1. A location detection system for a transportation vessel, comprising:

an automated control system within the transportation vessel being configured to detect an emergency situation;

a location device coupled to the structure of the transportation vessel and in communication with the automated control system, the location device including: an elevation device configured to signal the location of the transportation vessel; and a tether coupled between the structure of the transportation vessel and the elevation device;

wherein the automated control system is configured to automatically deploy the location device upon detection of an emergency situation, the inflation device remaining coupled to the structure via the tether.

2. The location detection system of claim 1, wherein the location device is inflatable.

3. The location detection system of claim 2, wherein the tether is internally routed to accept the sealed passage of a gas, the gas used to inflate the elevation device.

4. The location detection system of claim 1, wherein the transportation vessel is an aircraft.

5. The location detection system of claim 4, wherein the automated control system is a flight control system for an aircraft.

6. The location detection system of claim 1, wherein the transportation vessel is a watercraft.

7. The location detection system of claim 6, wherein the automated control system is a navigation system for a watercraft.

8. The location detection system of claim 7, wherein the automated control system includes a sensor configured to detect roll or tilt of the vessel and water level within a hull of the watercraft.

9. The location detection system of claim 7, wherein the location device is deployed when the roll is maintained above a preselected amount for a durational limit.

10. The location detection system of claim 7, wherein the location device is deployed when the sensor detects water within the hull above a preselected level.

11. The location detection system of claim 1, further comprising:

a visual indicator configured to signal the location of the vessel, the visual indicator coupled to the tether.

12. The location detection system of claim 1, further comprising:

a beacon configured to signal the location of the vessel electronically, the beacon emitting at least one of an audible sound and an electronic signal.

13. The location detection system of claim 12, wherein the location device is configured to extend through different salinity and temperature bands within a body of water to maximize the detectable range of the beacon.

14. The location detection system of claim 1, wherein the control system selects the length of the tether released depending at least upon the type of vessel, the type of emergency situation, and location of the vessel.

15. A method of signaling the location of a transportation vessel in an emergency situation, comprising:

detecting the emergency situation through an automated control system within the transportation vessel; and

deploying a location device automatically upon detection of the emergency situation, the location device being coupled to the structure of the transportation vessel and in communication with the automated control system, deploying the location device including: releasing an elevation device configured to have a greater buoyancy than at least one of water and air, the elevation device remaining coupled to the transportation vessel.

16. The method of claim 15, further comprising:

inflating the elevation device upon deployment.

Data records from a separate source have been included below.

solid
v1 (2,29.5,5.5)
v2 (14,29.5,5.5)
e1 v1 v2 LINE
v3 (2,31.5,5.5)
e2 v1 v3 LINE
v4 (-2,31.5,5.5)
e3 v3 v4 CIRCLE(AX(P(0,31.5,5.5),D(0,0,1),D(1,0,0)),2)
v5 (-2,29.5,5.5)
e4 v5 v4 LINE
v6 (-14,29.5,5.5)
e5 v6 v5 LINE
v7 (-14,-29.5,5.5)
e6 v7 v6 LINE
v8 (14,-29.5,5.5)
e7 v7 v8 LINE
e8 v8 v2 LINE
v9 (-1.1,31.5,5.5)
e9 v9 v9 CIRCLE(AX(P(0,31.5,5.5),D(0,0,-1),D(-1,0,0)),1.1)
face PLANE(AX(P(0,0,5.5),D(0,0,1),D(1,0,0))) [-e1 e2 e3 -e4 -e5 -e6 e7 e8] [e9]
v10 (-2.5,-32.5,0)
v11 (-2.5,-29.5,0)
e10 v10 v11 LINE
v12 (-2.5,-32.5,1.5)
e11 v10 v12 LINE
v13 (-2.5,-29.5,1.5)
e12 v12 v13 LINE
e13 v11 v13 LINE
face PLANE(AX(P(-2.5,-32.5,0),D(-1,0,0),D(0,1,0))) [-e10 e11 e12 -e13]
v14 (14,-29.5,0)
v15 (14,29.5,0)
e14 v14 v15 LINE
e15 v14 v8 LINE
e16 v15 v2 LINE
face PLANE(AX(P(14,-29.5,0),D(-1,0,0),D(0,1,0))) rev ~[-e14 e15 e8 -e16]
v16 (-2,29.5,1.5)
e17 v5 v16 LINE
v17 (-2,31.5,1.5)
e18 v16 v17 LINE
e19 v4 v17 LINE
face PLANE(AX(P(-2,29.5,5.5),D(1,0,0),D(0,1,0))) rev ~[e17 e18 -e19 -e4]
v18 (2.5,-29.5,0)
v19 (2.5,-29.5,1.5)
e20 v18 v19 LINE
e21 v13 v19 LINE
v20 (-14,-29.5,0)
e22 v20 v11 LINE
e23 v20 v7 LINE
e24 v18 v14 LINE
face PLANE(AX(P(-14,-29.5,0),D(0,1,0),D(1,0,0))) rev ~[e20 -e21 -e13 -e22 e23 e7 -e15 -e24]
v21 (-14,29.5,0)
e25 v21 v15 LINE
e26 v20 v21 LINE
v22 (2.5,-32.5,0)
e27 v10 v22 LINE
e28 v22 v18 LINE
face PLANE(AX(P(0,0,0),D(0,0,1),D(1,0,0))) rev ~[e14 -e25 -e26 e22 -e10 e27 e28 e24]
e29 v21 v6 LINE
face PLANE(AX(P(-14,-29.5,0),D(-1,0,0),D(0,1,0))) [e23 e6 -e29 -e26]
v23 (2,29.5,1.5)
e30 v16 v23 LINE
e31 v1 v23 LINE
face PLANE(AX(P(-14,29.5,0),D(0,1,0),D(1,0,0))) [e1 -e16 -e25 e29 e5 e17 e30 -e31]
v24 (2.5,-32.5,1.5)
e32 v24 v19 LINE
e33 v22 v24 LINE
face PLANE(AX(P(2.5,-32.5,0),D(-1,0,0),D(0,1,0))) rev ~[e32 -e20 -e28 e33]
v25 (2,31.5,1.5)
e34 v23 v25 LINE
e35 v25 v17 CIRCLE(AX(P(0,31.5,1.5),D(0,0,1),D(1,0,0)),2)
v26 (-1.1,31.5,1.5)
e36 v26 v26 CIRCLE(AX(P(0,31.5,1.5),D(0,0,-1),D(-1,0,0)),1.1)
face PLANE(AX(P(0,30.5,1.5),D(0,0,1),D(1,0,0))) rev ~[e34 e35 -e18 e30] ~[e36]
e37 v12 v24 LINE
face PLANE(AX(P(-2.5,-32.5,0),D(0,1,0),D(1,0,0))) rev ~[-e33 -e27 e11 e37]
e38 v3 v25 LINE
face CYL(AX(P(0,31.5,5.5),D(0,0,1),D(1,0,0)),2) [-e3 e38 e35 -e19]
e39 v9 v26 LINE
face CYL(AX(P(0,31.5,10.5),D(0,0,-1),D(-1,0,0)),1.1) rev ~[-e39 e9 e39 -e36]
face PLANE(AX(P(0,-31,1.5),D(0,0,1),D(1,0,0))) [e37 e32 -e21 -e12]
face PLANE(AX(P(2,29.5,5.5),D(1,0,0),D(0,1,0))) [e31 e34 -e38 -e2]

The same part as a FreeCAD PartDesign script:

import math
import FreeCAD as App
import Part
import Sketcher

V = App.Vector


def add_polygon(sketch, points):
    """Adds a closed chain of lines whose ends are joined by coincident constraints."""
    first, n = sketch.GeometryCount, len(points)
    for a, b in zip(points, points[1:] + points[:1]):
        sketch.addGeometry(Part.LineSegment(App.Vector(*a, 0), App.Vector(*b, 0)), False)
    for i in range(n):
        sketch.addConstraint(Sketcher.Constraint("Coincident", first + i, 2, first + (i + 1) % n, 1))

doc = App.newDocument("Part")
body = doc.addObject("PartDesign::Body", "Body")

# Sketch on XY plane
sketch1 = doc.addObject("Sketcher::SketchObject", "Sketch")
body.addObject(sketch1)
sketch1.AttachmentSupport = (doc.XY_Plane, [""])
sketch1.MapMode = "FlatFace"
add_polygon(sketch1, [(-14, 29.5), (-14, -29.5), (14, -29.5), (14, 29.5)])  # lines 0-3
sketch1.addConstraint([
    Sketcher.Constraint("Vertical", 0),
    Sketcher.Constraint("Horizontal", 1),
    Sketcher.Constraint("Vertical", 2),
    Sketcher.Constraint("Horizontal", 3),
    Sketcher.Constraint("Symmetric", 0, 2, 2, 2, -1, 1),
    Sketcher.Constraint("DistanceX", 1, 1, 1, 2, 28.0),
    Sketcher.Constraint("DistanceY", 0, 2, 0, 1, 59.0),
])
pad1 = doc.addObject("PartDesign::Pad", "Pad")
body.addObject(pad1)
pad1.Profile = sketch1
pad1.Length = 5.5

# Sketch on XY plane
sketch2 = doc.addObject("Sketcher::SketchObject", "Sketch001")
body.addObject(sketch2)
sketch2.AttachmentSupport = (doc.XY_Plane, [""])
sketch2.MapMode = "FlatFace"
add_polygon(sketch2, [(-2.5, -29.5), (-2.5, -32.5), (2.5, -32.5), (2.5, -29.5)])  # lines 0-3
sketch2.addConstraint([
    Sketcher.Constraint("Vertical", 0),
    Sketcher.Constraint("Horizontal", 1),
    Sketcher.Constraint("Vertical", 2),
    Sketcher.Constraint("Horizontal", 3),
    Sketcher.Constraint("DistanceX", 1, 1, 1, 2, 5.0),
    Sketcher.Constraint("DistanceY", 0, 2, 0, 1, 3.0),
    Sketcher.Constraint("DistanceX", 0, 2, -1, 1, 2.5),
    Sketcher.Constraint("DistanceY", 0, 2, -1, 1, 32.5),
])
pad2 = doc.addObject("PartDesign::Pad", "Pad001")
body.addObject(pad2)
pad2.Profile = sketch2
pad2.Length = 1.5

# Sketch on XY plane
sketch3 = doc.addObject("Sketcher::SketchObject", "Sketch002")
body.addObject(sketch3)
sketch3.AttachmentSupport = (doc.XY_Plane, [""])
sketch3.MapMode = "FlatFace"
sketch3.AttachmentOffset = App.Placement(V(0, 0, 5.5), App.Rotation())
sketch3.addGeometry([
    Part.LineSegment(V(-2, 31.5, 0), V(-2, 29.5, 0)),
    Part.LineSegment(V(-2, 29.5, 0), V(2, 29.5, 0)),
    Part.LineSegment(V(2, 29.5, 0), V(2, 31.5, 0)),
    Part.ArcOfCircle(Part.Circle(V(0, 31.5, 0), V(0, 0, 1), 2), math.radians(0), math.radians(180)),
], False)
sketch3.addConstraint([
    Sketcher.Constraint("Coincident", 0, 2, 1, 1),
    Sketcher.Constraint("Coincident", 1, 2, 2, 1),
    Sketcher.Constraint("Tangent", 2, 2, 3, 1),
    Sketcher.Constraint("Tangent", 3, 2, 0, 1),
    Sketcher.Constraint("Vertical", 0),
    Sketcher.Constraint("Horizontal", 1),
    Sketcher.Constraint("Vertical", 2),
    Sketcher.Constraint("PointOnObject", 3, 3, -2),
    Sketcher.Constraint("Radius", 3, 2.0),
    Sketcher.Constraint("DistanceY", 0, 2, 0, 1, 2.0),
    Sketcher.Constraint("DistanceY", -1, 1, 3, 3, 31.5),
])
pad3 = doc.addObject("PartDesign::Pad", "Pad002")
body.addObject(pad3)
pad3.Profile = sketch3
pad3.Length = 4
pad3.Reversed = True

# Sketch on XY plane
sketch4 = doc.addObject("Sketcher::SketchObject", "Sketch003")
body.addObject(sketch4)
sketch4.AttachmentSupport = (doc.XY_Plane, [""])
sketch4.MapMode = "FlatFace"
sketch4.AttachmentOffset = App.Placement(V(0, 0, 5.5), App.Rotation())
sketch4.addGeometry(Part.Circle(V(0, 31.5, 0), V(0, 0, 1), 1.1), False)
sketch4.addConstraint([
    Sketcher.Constraint("PointOnObject", 0, 3, -2),
    Sketcher.Constraint("Diameter", 0, 2.2),
    Sketcher.Constraint("DistanceY", -1, 1, 0, 3, 31.5),
])
doc.recompute()
hole = doc.addObject("PartDesign::Hole", "Hole")
body.addObject(hole)
hole.Profile = sketch4
hole.ThreadType = "None"
hole.Diameter = 2.2
hole.DepthType = "Dimension"
hole.Depth = 5
hole.DrillPoint = "Flat"

doc.recompute()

17. The method of claim 15, further comprising:

activating one or more beacons dispersed along a tether, the tether coupling the elevation device to the structure.

18. The method of claim 17, wherein the beacons emit at least one of an audible sound and an electronic signal to identify the location of the vessel.

19. The method of claim 15, further comprising:

adjusting air pressure within the elevation device.

20. The method of claim 15, further comprising:

selectively controlling the location of the elevation device relative to the transportation vessel.